• **Task statement**:
Each entry is to be retyped exactly as it stands.

[Records drawn from a dataset]
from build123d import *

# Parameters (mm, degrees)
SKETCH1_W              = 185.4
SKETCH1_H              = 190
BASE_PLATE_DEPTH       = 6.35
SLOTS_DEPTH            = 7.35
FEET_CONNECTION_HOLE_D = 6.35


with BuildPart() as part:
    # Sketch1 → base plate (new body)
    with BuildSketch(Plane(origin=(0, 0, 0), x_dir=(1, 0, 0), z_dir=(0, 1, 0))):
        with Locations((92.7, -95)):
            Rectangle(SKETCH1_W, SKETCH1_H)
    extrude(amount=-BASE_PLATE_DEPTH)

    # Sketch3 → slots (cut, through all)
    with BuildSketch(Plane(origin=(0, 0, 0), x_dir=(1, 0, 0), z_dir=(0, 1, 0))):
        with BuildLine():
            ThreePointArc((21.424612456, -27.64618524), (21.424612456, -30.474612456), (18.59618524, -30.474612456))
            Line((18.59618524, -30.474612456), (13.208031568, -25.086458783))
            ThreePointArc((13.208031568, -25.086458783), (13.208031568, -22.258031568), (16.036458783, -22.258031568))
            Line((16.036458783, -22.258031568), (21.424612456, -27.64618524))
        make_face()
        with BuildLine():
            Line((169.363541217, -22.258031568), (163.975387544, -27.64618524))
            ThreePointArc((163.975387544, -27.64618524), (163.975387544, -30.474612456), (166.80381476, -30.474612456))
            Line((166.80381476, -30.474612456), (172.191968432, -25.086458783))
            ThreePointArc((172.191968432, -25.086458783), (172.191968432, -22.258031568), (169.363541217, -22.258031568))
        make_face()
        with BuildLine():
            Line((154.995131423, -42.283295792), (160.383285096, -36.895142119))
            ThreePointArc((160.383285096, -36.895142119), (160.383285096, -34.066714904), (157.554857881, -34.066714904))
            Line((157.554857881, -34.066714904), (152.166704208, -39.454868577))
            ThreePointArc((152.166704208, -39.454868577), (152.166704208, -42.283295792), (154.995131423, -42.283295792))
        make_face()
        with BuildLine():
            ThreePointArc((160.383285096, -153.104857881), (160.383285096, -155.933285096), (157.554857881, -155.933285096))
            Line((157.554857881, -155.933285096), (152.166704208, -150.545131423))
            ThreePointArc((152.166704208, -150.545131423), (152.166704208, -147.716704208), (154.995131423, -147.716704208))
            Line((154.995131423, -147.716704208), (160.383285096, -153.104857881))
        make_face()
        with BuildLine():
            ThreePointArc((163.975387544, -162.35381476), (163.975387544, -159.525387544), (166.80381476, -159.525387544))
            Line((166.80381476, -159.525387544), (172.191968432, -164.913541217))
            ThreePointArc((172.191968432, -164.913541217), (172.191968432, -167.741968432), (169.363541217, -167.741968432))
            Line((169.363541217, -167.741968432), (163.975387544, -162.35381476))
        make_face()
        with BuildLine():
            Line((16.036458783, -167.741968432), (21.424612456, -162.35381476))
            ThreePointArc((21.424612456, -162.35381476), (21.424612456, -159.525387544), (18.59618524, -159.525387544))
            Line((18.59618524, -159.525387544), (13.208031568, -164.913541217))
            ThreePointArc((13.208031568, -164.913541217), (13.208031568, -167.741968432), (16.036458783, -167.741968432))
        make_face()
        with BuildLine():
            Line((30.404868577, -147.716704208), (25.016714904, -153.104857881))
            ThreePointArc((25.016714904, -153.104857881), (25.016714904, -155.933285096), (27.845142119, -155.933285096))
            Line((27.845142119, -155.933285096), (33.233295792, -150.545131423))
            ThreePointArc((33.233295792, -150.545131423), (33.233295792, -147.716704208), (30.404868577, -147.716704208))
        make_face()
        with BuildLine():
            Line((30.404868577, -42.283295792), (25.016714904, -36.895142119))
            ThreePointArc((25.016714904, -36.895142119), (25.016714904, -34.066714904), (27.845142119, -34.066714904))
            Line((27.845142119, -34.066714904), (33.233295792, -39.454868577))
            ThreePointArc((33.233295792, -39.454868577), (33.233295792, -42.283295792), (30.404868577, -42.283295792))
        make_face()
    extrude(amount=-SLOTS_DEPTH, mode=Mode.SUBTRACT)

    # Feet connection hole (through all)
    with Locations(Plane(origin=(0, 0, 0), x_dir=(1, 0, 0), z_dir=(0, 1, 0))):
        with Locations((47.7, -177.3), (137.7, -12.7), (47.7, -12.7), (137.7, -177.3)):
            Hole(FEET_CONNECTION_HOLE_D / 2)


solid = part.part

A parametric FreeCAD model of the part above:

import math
import FreeCAD as App
import Part
import Sketcher

V = App.Vector
Q = App.Units.Quantity


def add_polygon(sketch, points):
    """Adds a closed chain of lines whose ends are joined by coincident constraints."""
    first, n = sketch.GeometryCount, len(points)
    for a, b in zip(points, points[1:] + points[:1]):
        sketch.addGeometry(Part.LineSegment(App.Vector(*a, 0), App.Vector(*b, 0)), False)
    for i in range(n):
        sketch.addConstraint(Sketcher.Constraint("Coincident", first + i, 2, first + (i + 1) % n, 1))

doc = App.newDocument("Part")
body = doc.addObject("PartDesign::Body", "Body")

sketch1 = doc.addObject("Sketcher::SketchObject", "Sketch")
body.addObject(sketch1)
sketch1.AttachmentSupport = (doc.XZ_Plane, [""])
sketch1.MapMode = "FlatFace"
add_polygon(sketch1, [(0, 0), (0, 190), (185, 190), (185, 0)])
sketch1.addConstraint(Sketcher.Constraint("Vertical", 0))
sketch1.addConstraint(Sketcher.Constraint("Horizontal", 1))
sketch1.addConstraint(Sketcher.Constraint("Vertical", 2))
sketch1.addConstraint(Sketcher.Constraint("Horizontal", 3))
sketch1.addConstraint(Sketcher.Constraint("Coincident", 3, 2, -1, 1))
sketch1.addConstraint(Sketcher.Constraint("DistanceY", 0, 1, 0, 2, Q("190 mm")))
sketch1.addConstraint(Sketcher.Constraint("DistanceX", 1, 1, 1, 2, Q("185.4 mm")))
pad1 = doc.addObject("PartDesign::Pad", "Pad")
body.addObject(pad1)
pad1.Profile = sketch1
pad1.Length = 6.35

sketch2 = doc.addObject("Sketcher::SketchObject", "Sketch001")
body.addObject(sketch2)
sketch2.AttachmentSupport = (doc.XZ_Plane, [""])
sketch2.MapMode = "FlatFace"
sketch2.addGeometry(Part.ArcOfCircle(Part.Circle(V(20, 29.1, 0), V(0, 0, 1), 2), math.radians(-45), math.radians(135)), False)
sketch2.addGeometry(Part.LineSegment(V(21.4, 27.6, 0), V(16, 22.3, 0)), False)
sketch2.addGeometry(Part.ArcOfCircle(Part.Circle(V(14.6, 23.7, 0), V(0, 0, 1), 2), math.radians(135), math.radians(315)), False)
sketch2.addGeometry(Part.LineSegment(V(13.2, 25.1, 0), V(18.6, 30.5, 0)), False)
sketch2.addGeometry(Part.LineSegment(V(169.4, 22.3, 0), V(164, 27.6, 0)), False)
sketch2.addGeometry(Part.ArcOfCircle(Part.Circle(V(165.4, 29.1, 0), V(0, 0, 1), 2), math.radians(45), math.radians(225)), False)
sketch2.addGeometry(Part.LineSegment(V(166.8, 30.5, 0), V(172.2, 25.1, 0)), False)
sketch2.addGeometry(Part.ArcOfCircle(Part.Circle(V(170.8, 23.7, 0), V(0, 0, 1), 2), math.radians(-135), math.radians(45)), False)
sketch2.addGeometry(Part.LineSegment(V(155, 42.3, 0), V(160.4, 36.9, 0)), False)
sketch2.addGeometry(Part.ArcOfCircle(Part.Circle(V(159, 35.5, 0), V(0, 0, 1), 2), math.radians(-135), math.radians(45)), False)
sketch2.addGeometry(Part.LineSegment(V(157.6, 34.1, 0), V(152.2, 39.5, 0)), False)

• **Final answer**:
from build123d import *

# Parameters (mm, degrees)
SKETCH1_W              = 185.4
SKETCH1_H              = 190
BASE_PLATE_DEPTH       = 6.35
SLOTS_DEPTH            = 7.35
FEET_CONNECTION_HOLE_D = 6.35


with BuildPart() as part:
    # Sketch1 → base plate (new body)
    with BuildSketch(Plane(origin=(0, 0, 0), x_dir=(1, 0, 0), z_dir=(0, 1, 0))):
        with Locations((92.7, -95)):
            Rectangle(SKETCH1_W, SKETCH1_H)
    extrude(amount=-BASE_PLATE_DEPTH)

    # Sketch3 → slots (cut, through all)
    with BuildSketch(Plane(origin=(0, 0, 0), x_dir=(1, 0, 0), z_dir=(0, 1, 0))):
        with BuildLine():
            ThreePointArc((21.424612456, -27.64618524), (21.424612456, -30.474612456), (18.59618524, -30.474612456))
            Line((18.59618524, -30.474612456), (13.208031568, -25.086458783))
            ThreePointArc((13.208031568, -25.086458783), (13.208031568, -22.258031568), (16.036458783, -22.258031568))
            Line((16.036458783, -22.258031568), (21.424612456, -27.64618524))
        make_face()
        with BuildLine():
            Line((169.363541217, -22.258031568), (163.975387544, -27.64618524))
            ThreePointArc((163.975387544, -27.64618524), (163.975387544, -30.474612456), (166.80381476, -30.474612456))
            Line((166.80381476, -30.474612456), (172.191968432, -25.086458783))
            ThreePointArc((172.191968432, -25.086458783), (172.191968432, -22.258031568), (169.363541217, -22.258031568))
        make_face()
        with BuildLine():
            Line((154.995131423, -42.283295792), (160.383285096, -36.895142119))
            ThreePointArc((160.383285096, -36.895142119), (160.383285096, -34.066714904), (157.554857881, -34.066714904))
            Line((157.554857881, -34.066714904), (152.166704208, -39.454868577))
            ThreePointArc((152.166704208, -39.454868577), (152.166704208, -42.283295792), (154.995131423, -42.283295792))
        make_face()
        with BuildLine():
            ThreePointArc((160.383285096, -153.104857881), (160.383285096, -155.933285096), (157.554857881, -155.933285096))
            Line((157.554857881, -155.933285096), (152.166704208, -150.545131423))
            ThreePointArc((152.166704208, -150.545131423), (152.166704208, -147.716704208), (154.995131423, -147.716704208))
            Line((154.995131423, -147.716704208), (160.383285096, -153.104857881))
        make_face()
        with BuildLine():
            ThreePointArc((163.975387544, -162.35381476), (163.975387544, -159.525387544), (166.80381476, -159.525387544))
            Line((166.80381476, -159.525387544), (172.191968432, -164.913541217))
            ThreePointArc((172.191968432, -164.913541217), (172.191968432, -167.741968432), (169.363541217, -167.741968432))
            Line((169.363541217, -167.741968432), (163.975387544, -162.35381476))
        make_face()
        with BuildLine():
            Line((16.036458783, -167.741968432), (21.424612456, -162.35381476))
            ThreePointArc((21.424612456, -162.35381476), (21.424612456, -159.525387544), (18.59618524, -159.525387544))
            Line((18.59618524, -159.525387544), (13.208031568, -164.913541217))
            ThreePointArc((13.208031568, -164.913541217), (13.208031568, -167.741968432), (16.036458783, -167.741968432))
        make_face()
        with BuildLine():
            Line((30.404868577, -147.716704208), (25.016714904, -153.104857881))
            ThreePointArc((25.016714904, -153.104857881), (25.016714904, -155.933285096), (27.845142119, -155.933285096))
            Line((27.845142119, -155.933285096), (33.233295792, -150.545131423))
            ThreePointArc((33.233295792, -150.545131423), (33.233295792, -147.716704208), (30.404868577, -147.716704208))
        make_face()
        with BuildLine():
            Line((30.404868577, -42.283295792), (25.016714904, -36.895142119))
            ThreePointArc((25.016714904, -36.895142119), (25.016714904, -34.066714904), (27.845142119, -34.066714904))
            Line((27.845142119, -34.066714904), (33.233295792, -39.454868577))
            ThreePointArc((33.233295792, -39.454868577), (33.233295792, -42.283295792), (30.404868577, -42.283295792))
        make_face()
    extrude(amount=-SLOTS_DEPTH, mode=Mode.SUBTRACT)

    # Feet connection hole (through all)
    with Locations(Plane(origin=(0, 0, 0), x_dir=(1, 0, 0), z_dir=(0, 1, 0))):
        with Locations((47.7, -177.3), (137.7, -12.7), (47.7, -12.7), (137.7, -177.3)):
            Hole(FEET_CONNECTION_HOLE_D / 2)


solid = part.part

A parametric FreeCAD model of the part above:

import math
import FreeCAD as App
import Part
import Sketcher

V = App.Vector
Q = App.Units.Quantity


def add_polygon(sketch, points):
    """Adds a closed chain of lines whose ends are joined by coincident constraints."""
    first, n = sketch.GeometryCount, len(points)
    for a, b in zip(points, points[1:] + points[:1]):
        sketch.addGeometry(Part.LineSegment(App.Vector(*a, 0), App.Vector(*b, 0)), False)
    for i in range(n):
        sketch.addConstraint(Sketcher.Constraint("Coincident", first + i, 2, first + (i + 1) % n, 1))

doc = App.newDocument("Part")
body = doc.addObject("PartDesign::Body", "Body")

sketch1 = doc.addObject("Sketcher::SketchObject", "Sketch")
body.addObject(sketch1)
sketch1.AttachmentSupport = (doc.XZ_Plane, [""])
sketch1.MapMode = "FlatFace"
add_polygon(sketch1, [(0, 0), (0, 190), (185, 190), (185, 0)])
sketch1.addConstraint(Sketcher.Constraint("Vertical", 0))
sketch1.addConstraint(Sketcher.Constraint("Horizontal", 1))
sketch1.addConstraint(Sketcher.Constraint("Vertical", 2))
sketch1.addConstraint(Sketcher.Constraint("Horizontal", 3))
sketch1.addConstraint(Sketcher.Constraint("Coincident", 3, 2, -1, 1))
sketch1.addConstraint(Sketcher.Constraint("DistanceY", 0, 1, 0, 2, Q("190 mm")))
sketch1.addConstraint(Sketcher.Constraint("DistanceX", 1, 1, 1, 2, Q("185.4 mm")))
pad1 = doc.addObject("PartDesign::Pad", "Pad")
body.addObject(pad1)
pad1.Profile = sketch1
pad1.Length = 6.35

sketch2 = doc.addObject("Sketcher::SketchObject", "Sketch001")
body.addObject(sketch2)
sketch2.AttachmentSupport = (doc.XZ_Plane, [""])
sketch2.MapMode = "FlatFace"
sketch2.addGeometry(Part.ArcOfCircle(Part.Circle(V(20, 29.1, 0), V(0, 0, 1), 2), math.radians(-45), math.radians(135)), False)
sketch2.addGeometry(Part.LineSegment(V(21.4, 27.6, 0), V(16, 22.3, 0)), False)
sketch2.addGeometry(Part.ArcOfCircle(Part.Circle(V(14.6, 23.7, 0), V(0, 0, 1), 2), math.radians(135), math.radians(315)), False)
sketch2.addGeometry(Part.LineSegment(V(13.2, 25.1, 0), V(18.6, 30.5, 0)), False)
sketch2.addGeometry(Part.LineSegment(V(169.4, 22.3, 0), V(164, 27.6, 0)), False)
sketch2.addGeometry(Part.ArcOfCircle(Part.Circle(V(165.4, 29.1, 0), V(0, 0, 1), 2), math.radians(45), math.radians(225)), False)
sketch2.addGeometry(Part.LineSegment(V(166.8, 30.5, 0), V(172.2, 25.1, 0)), False)
sketch2.addGeometry(Part.ArcOfCircle(Part.Circle(V(170.8, 23.7, 0), V(0, 0, 1), 2), math.radians(-135), math.radians(45)), False)
sketch2.addGeometry(Part.LineSegment(V(155, 42.3, 0), V(160.4, 36.9, 0)), False)
sketch2.addGeometry(Part.ArcOfCircle(Part.Circle(V(159, 35.5, 0), V(0, 0, 1), 2), math.radians(-135), math.radians(45)), False)
sketch2.addGeometry(Part.LineSegment(V(157.6, 34.1, 0), V(152.2, 39.5, 0)), False)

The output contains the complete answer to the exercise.